__TASK GOAL__
Would you repeat each of the lines below exactly?

EXTRACTED ENTRIES section start

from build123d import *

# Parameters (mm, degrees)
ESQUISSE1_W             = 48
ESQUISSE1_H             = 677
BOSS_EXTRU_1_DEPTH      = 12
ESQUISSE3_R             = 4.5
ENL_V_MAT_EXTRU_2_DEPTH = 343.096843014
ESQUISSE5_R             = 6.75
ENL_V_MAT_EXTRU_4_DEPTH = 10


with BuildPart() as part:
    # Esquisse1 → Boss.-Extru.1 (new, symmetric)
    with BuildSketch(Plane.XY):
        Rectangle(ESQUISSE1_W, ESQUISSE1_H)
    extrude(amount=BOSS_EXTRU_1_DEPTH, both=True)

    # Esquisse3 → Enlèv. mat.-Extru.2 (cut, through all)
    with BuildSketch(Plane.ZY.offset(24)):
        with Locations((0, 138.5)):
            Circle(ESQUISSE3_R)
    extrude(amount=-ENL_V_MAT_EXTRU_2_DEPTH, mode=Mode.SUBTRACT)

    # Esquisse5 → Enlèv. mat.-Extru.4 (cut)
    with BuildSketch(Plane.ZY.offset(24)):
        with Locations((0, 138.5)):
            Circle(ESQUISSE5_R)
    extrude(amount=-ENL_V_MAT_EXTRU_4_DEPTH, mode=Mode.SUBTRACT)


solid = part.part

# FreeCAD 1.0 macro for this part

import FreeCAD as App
import Part
import Sketcher
from FreeCAD import Vector
Q = App.Units.Quantity

doc = App.newDocument("Part")
body = doc.addObject("PartDesign::Body", "Body")

# Sketch on XY plane
sketch1 = body.newObject("Sketcher::SketchObject", "Sketch")
sketch1.AttachmentSupport = (doc.getObject("XY_Plane"), [""])
sketch1.MapMode = "FlatFace"
sketch1.addGeometry([
    Part.LineSegment(Vector(-24, 338, 0), Vector(-24, -338, 0)),
    Part.LineSegment(Vector(-24, -338, 0), Vector(24, -338, 0)),
    Part.LineSegment(Vector(24, -338, 0), Vector(24, 338, 0)),
    Part.LineSegment(Vector(24, 338, 0), Vector(-24, 338, 0)),
], False)
sketch1.addConstraint([
    Sketcher.Constraint("Coincident", 0, 2, 1, 1),
    Sketcher.Constraint("Coincident", 1, 2, 2, 1),
    Sketcher.Constraint("Coincident", 2, 2, 3, 1),
    Sketcher.Constraint("Coincident", 3, 2, 0, 1),
    Sketcher.Constraint("Vertical", 0),
    Sketcher.Constraint("Horizontal", 1),
    Sketcher.Constraint("Vertical", 2),
    Sketcher.Constraint("Horizontal", 3),
    Sketcher.Constraint("Symmetric", 0, 2, 2, 2, -1, 1),
    Sketcher.Constraint("DistanceX", 1, 1, 1, 2, Q("48 mm")),
    Sketcher.Constraint("DistanceY", 0, 2, 0, 1, Q("677 mm")),
])
pad1 = body.newObject("PartDesign::Pad", "Pad")
pad1.Profile = sketch1
pad1.Length = 24
pad1.Midplane = True

# Sketch on YZ plane
sketch2 = body.newObject("Sketcher::SketchObject", "Sketch001")
sketch2.AttachmentSupport = (doc.getObject("YZ_Plane"), [""])
sketch2.MapMode = "FlatFace"
sketch2.AttachmentOffset = App.Placement(Vector(0, 0, -24), App.Rotation())
sketch2.addGeometry(Part.Circle(Vector(138.5, 0, 0), Vector(0, 0, 1), 4.5), False)
sketch2.addConstraint([
    Sketcher.Constraint("PointOnObject", 0, 3, -1),
    Sketcher.Constraint("Diameter", 0, Q("9 mm")),
    Sketcher.Constraint("DistanceX", -1, 1, 0, 3, Q("138.5 mm")),
])
pocket1 = body.newObject("PartDesign::Pocket", "Pocket")
pocket1.Profile = sketch2
pocket1.Type = "ThroughAll"
pocket1.Reversed = True

# Sketch on YZ plane
sketch3 = body.newObject("Sketcher::SketchObject", "Sketch002")
sketch3.AttachmentSupport = (doc.getObject("YZ_Plane"), [""])
sketch3.MapMode = "FlatFace"
sketch3.AttachmentOffset = App.Placement(Vector(0, 0, -24), App.Rotation())
sketch3.addGeometry(Part.Circle(Vector(138, 0, 0), Vector(0, 0, 1), 7), False)
sketch3.addConstraint([
    Sketcher.Constraint("PointOnObject", 0, 3, -1),
    Sketcher.Constraint("Diameter", 0, Q("13.5 mm")),
    Sketcher.Constraint("DistanceX", -1, 1, 0, 3, Q("138.5 mm")),
])
pocket2 = body.newObject("PartDesign::Pocket", "Pocket001")
pocket2.Profile = sketch3
pocket2.Length = 10
pocket2.Reversed = True

doc.recompute()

EXTRACTED ENTRIES section end

__WRITTEN SOLUTION__
from build123d import *

# Parameters (mm, degrees)
ESQUISSE1_W             = 48
ESQUISSE1_H             = 677
BOSS_EXTRU_1_DEPTH      = 12
ESQUISSE3_R             = 4.5
ENL_V_MAT_EXTRU_2_DEPTH = 343.096843014
ESQUISSE5_R             = 6.75
ENL_V_MAT_EXTRU_4_DEPTH = 10


with BuildPart() as part:
    # Esquisse1 → Boss.-Extru.1 (new, symmetric)
    with BuildSketch(Plane.XY):
        Rectangle(ESQUISSE1_W, ESQUISSE1_H)
    extrude(amount=BOSS_EXTRU_1_DEPTH, both=True)

    # Esquisse3 → Enlèv. mat.-Extru.2 (cut, through all)
    with BuildSketch(Plane.ZY.offset(24)):
        with Locations((0, 138.5)):
            Circle(ESQUISSE3_R)
    extrude(amount=-ENL_V_MAT_EXTRU_2_DEPTH, mode=Mode.SUBTRACT)

    # Esquisse5 → Enlèv. mat.-Extru.4 (cut)
    with BuildSketch(Plane.ZY.offset(24)):
        with Locations((0, 138.5)):
            Circle(ESQUISSE5_R)
    extrude(amount=-ENL_V_MAT_EXTRU_4_DEPTH, mode=Mode.SUBTRACT)


solid = part.part

# FreeCAD 1.0 macro for this part

import FreeCAD as App
import Part
import Sketcher
from FreeCAD import Vector
Q = App.Units.Quantity

doc = App.newDocument("Part")
body = doc.addObject("PartDesign::Body", "Body")

# Sketch on XY plane
sketch1 = body.newObject("Sketcher::SketchObject", "Sketch")
sketch1.AttachmentSupport = (doc.getObject("XY_Plane"), [""])
sketch1.MapMode = "FlatFace"
sketch1.addGeometry([
    Part.LineSegment(Vector(-24, 338, 0), Vector(-24, -338, 0)),
    Part.LineSegment(Vector(-24, -338, 0), Vector(24, -338, 0)),
    Part.LineSegment(Vector(24, -338, 0), Vector(24, 338, 0)),
    Part.LineSegment(Vector(24, 338, 0), Vector(-24, 338, 0)),
], False)
sketch1.addConstraint([
    Sketcher.Constraint("Coincident", 0, 2, 1, 1),
    Sketcher.Constraint("Coincident", 1, 2, 2, 1),
    Sketcher.Constraint("Coincident", 2, 2, 3, 1),
    Sketcher.Constraint("Coincident", 3, 2, 0, 1),
    Sketcher.Constraint("Vertical", 0),
    Sketcher.Constraint("Horizontal", 1),
    Sketcher.Constraint("Vertical", 2),
    Sketcher.Constraint("Horizontal", 3),
    Sketcher.Constraint("Symmetric", 0, 2, 2, 2, -1, 1),
    Sketcher.Constraint("DistanceX", 1, 1, 1, 2, Q("48 mm")),
    Sketcher.Constraint("DistanceY", 0, 2, 0, 1, Q("677 mm")),
])
pad1 = body.newObject("PartDesign::Pad", "Pad")
pad1.Profile = sketch1
pad1.Length = 24
pad1.Midplane = True

# Sketch on YZ plane
sketch2 = body.newObject("Sketcher::SketchObject", "Sketch001")
sketch2.AttachmentSupport = (doc.getObject("YZ_Plane"), [""])
sketch2.MapMode = "FlatFace"
sketch2.AttachmentOffset = App.Placement(Vector(0, 0, -24), App.Rotation())
sketch2.addGeometry(Part.Circle(Vector(138.5, 0, 0), Vector(0, 0, 1), 4.5), False)
sketch2.addConstraint([
    Sketcher.Constraint("PointOnObject", 0, 3, -1),
    Sketcher.Constraint("Diameter", 0, Q("9 mm")),
    Sketcher.Constraint("DistanceX", -1, 1, 0, 3, Q("138.5 mm")),
])
pocket1 = body.newObject("PartDesign::Pocket", "Pocket")
pocket1.Profile = sketch2
pocket1.Type = "ThroughAll"
pocket1.Reversed = True

# Sketch on YZ plane
sketch3 = body.newObject("Sketcher::SketchObject", "Sketch002")
sketch3.AttachmentSupport = (doc.getObject("YZ_Plane"), [""])
sketch3.MapMode = "FlatFace"
sketch3.AttachmentOffset = App.Placement(Vector(0, 0, -24), App.Rotation())
sketch3.addGeometry(Part.Circle(Vector(138, 0, 0), Vector(0, 0, 1), 7), False)
sketch3.addConstraint([
    Sketcher.Constraint("PointOnObject", 0, 3, -1),
    Sketcher.Constraint("Diameter", 0, Q("13.5 mm")),
    Sketcher.Constraint("DistanceX", -1, 1, 0, 3, Q("138.5 mm")),
])
pocket2 = body.newObject("PartDesign::Pocket", "Pocket001")
pocket2.Profile = sketch3
pocket2.Length = 10
pocket2.Reversed = True

doc.recompute()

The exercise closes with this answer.